▸ **Try it**:
For this exercise, restate word for word only the lines from the first line of the data to the line containing "v -6.216 -46.551 -61.16".

▸ **Stored records**:
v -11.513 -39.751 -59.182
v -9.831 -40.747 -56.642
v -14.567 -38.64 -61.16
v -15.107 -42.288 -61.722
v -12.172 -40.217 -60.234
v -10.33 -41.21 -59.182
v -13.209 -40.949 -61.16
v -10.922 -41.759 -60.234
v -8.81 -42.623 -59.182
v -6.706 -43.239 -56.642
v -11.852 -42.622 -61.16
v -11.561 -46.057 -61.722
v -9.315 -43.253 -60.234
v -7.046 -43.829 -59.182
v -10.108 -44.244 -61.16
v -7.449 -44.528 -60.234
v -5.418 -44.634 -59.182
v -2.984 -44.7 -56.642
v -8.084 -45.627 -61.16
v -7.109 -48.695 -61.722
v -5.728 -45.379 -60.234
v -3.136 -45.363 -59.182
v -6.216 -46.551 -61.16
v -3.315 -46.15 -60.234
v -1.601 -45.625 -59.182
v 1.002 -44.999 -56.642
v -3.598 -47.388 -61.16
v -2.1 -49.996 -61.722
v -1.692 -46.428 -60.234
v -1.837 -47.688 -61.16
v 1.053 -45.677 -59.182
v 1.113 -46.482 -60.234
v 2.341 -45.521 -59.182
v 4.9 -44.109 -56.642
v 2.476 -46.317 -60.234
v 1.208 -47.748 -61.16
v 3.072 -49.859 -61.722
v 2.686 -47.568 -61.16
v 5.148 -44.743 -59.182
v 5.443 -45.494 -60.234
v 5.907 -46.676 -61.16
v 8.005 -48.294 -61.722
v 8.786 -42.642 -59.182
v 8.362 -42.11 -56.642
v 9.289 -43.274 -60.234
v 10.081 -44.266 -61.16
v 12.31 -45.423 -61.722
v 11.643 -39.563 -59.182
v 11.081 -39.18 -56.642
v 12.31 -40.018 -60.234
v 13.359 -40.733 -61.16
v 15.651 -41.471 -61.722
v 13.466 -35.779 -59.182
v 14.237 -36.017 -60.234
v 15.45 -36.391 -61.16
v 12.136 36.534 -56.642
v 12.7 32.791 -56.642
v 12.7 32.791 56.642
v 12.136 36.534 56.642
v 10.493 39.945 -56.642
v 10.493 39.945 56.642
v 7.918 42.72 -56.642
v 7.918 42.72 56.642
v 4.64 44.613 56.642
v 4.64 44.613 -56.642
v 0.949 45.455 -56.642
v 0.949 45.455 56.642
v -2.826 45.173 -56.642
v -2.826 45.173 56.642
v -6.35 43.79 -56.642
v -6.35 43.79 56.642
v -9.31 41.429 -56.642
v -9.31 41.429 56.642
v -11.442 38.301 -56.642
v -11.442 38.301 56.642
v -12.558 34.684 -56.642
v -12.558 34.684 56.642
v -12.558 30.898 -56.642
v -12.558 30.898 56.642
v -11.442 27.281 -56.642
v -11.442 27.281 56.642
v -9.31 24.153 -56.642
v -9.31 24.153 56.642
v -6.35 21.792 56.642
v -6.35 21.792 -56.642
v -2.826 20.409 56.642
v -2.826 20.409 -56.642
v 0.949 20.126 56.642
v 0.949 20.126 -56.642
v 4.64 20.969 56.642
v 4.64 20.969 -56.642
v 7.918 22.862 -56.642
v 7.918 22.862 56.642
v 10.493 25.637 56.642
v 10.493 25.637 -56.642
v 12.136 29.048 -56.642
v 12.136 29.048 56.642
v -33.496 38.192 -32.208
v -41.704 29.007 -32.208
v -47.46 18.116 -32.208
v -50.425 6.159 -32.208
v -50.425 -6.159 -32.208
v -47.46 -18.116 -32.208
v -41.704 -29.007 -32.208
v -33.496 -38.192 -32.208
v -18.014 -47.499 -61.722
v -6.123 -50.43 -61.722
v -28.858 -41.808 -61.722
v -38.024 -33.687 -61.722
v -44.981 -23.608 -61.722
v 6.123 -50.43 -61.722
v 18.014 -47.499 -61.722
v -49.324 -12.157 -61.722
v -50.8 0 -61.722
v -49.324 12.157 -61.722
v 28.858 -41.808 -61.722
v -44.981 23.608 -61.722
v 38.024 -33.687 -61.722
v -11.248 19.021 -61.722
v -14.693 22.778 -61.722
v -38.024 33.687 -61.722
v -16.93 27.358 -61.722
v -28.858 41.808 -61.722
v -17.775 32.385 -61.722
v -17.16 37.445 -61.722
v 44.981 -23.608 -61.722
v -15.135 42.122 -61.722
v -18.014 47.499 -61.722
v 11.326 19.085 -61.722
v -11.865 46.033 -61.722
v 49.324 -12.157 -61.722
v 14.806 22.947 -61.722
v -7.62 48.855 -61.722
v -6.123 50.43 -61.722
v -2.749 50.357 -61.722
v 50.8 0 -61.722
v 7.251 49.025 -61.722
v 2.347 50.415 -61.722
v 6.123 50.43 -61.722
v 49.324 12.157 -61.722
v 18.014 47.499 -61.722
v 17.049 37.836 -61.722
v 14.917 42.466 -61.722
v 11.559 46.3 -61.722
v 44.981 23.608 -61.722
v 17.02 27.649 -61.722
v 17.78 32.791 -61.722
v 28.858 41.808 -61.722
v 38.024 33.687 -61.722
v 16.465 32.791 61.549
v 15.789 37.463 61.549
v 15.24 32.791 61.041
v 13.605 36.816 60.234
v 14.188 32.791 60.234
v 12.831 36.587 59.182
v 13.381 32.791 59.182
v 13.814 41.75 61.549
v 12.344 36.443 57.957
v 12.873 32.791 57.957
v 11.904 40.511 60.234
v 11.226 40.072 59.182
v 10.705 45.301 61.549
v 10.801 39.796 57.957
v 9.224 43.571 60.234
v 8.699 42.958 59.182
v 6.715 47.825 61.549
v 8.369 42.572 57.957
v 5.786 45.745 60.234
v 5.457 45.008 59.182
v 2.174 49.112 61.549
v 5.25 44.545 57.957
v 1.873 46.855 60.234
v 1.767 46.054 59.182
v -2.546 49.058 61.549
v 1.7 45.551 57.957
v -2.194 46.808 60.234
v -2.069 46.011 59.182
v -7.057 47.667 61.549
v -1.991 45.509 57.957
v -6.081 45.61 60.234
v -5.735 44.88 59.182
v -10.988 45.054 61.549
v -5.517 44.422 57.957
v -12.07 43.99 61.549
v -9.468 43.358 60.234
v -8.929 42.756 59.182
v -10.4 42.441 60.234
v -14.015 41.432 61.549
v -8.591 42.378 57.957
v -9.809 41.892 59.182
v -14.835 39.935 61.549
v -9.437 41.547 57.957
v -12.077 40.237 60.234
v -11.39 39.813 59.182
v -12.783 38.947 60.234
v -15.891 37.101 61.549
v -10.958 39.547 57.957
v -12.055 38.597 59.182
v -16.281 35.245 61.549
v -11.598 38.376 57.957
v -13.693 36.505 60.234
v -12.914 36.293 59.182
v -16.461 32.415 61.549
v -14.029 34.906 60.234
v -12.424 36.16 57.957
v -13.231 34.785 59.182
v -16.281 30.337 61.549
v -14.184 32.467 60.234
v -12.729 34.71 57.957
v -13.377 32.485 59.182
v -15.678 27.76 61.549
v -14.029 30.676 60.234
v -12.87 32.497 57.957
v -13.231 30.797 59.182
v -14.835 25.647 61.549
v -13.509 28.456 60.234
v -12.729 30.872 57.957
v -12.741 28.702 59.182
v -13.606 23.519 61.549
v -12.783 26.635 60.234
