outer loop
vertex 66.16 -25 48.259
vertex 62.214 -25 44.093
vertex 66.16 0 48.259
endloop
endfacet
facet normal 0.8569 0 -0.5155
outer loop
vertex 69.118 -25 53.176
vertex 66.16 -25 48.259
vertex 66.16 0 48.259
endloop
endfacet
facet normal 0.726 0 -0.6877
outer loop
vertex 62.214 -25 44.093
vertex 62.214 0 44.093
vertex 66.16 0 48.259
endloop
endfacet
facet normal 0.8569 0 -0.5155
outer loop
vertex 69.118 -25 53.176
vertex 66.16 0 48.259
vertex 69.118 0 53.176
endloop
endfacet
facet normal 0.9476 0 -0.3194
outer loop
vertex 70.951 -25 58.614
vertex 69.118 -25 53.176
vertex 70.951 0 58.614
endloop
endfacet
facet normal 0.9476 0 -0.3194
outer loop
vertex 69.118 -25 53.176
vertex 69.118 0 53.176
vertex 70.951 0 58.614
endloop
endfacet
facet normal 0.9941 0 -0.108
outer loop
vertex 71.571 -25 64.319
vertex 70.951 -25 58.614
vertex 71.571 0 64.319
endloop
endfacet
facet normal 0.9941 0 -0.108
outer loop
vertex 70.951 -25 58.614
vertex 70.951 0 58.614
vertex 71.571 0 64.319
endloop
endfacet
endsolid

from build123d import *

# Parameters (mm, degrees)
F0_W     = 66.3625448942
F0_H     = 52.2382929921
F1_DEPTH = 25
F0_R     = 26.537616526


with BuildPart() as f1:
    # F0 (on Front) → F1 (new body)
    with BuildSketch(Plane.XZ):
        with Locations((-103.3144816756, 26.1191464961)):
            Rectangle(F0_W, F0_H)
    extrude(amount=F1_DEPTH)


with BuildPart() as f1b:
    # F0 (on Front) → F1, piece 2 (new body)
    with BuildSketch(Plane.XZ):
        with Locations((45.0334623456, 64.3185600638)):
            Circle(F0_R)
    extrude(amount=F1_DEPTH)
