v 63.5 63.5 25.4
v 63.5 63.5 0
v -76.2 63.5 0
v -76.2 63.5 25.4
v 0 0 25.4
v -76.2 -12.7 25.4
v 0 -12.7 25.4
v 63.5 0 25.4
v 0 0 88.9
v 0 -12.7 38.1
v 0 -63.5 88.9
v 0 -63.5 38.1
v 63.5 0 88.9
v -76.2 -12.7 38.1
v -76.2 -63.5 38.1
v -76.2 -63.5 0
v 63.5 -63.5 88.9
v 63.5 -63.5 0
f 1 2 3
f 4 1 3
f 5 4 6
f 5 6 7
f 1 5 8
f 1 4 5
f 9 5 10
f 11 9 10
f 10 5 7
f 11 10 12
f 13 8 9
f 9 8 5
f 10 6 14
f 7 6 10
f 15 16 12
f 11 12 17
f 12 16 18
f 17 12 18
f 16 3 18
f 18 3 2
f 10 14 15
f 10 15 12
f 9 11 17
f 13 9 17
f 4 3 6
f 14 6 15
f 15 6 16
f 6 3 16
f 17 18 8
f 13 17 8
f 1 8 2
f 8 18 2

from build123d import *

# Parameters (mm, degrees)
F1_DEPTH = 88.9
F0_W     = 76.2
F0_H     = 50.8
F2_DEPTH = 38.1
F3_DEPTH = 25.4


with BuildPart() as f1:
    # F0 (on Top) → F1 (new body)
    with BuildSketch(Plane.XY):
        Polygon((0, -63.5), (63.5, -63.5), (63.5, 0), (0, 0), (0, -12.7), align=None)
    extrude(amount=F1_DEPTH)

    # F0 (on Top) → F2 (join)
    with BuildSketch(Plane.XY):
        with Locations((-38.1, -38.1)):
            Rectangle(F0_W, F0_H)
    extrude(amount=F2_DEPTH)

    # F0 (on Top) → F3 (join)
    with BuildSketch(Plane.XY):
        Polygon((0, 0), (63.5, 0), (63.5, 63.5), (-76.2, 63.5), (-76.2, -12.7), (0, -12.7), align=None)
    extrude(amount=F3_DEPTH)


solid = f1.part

▸ **Answer box**:
v -11.513 -39.751 -59.182
v -9.831 -40.747 -56.642
v -14.567 -38.64 -61.16
v -15.107 -42.288 -61.722
v -12.172 -40.217 -60.234
v -10.33 -41.21 -59.182
v -13.209 -40.949 -61.16
v -10.922 -41.759 -60.234
v -8.81 -42.623 -59.182
v -6.706 -43.239 -56.642
v -11.852 -42.622 -61.16
v -11.561 -46.057 -61.722
v -9.315 -43.253 -60.234
v -7.046 -43.829 -59.182
v -10.108 -44.244 -61.16
v -7.449 -44.528 -60.234
v -5.418 -44.634 -59.182
v -2.984 -44.7 -56.642
v -8.084 -45.627 -61.16
v -7.109 -48.695 -61.722
v -5.728 -45.379 -60.234
v -3.136 -45.363 -59.182
v -6.216 -46.551 -61.16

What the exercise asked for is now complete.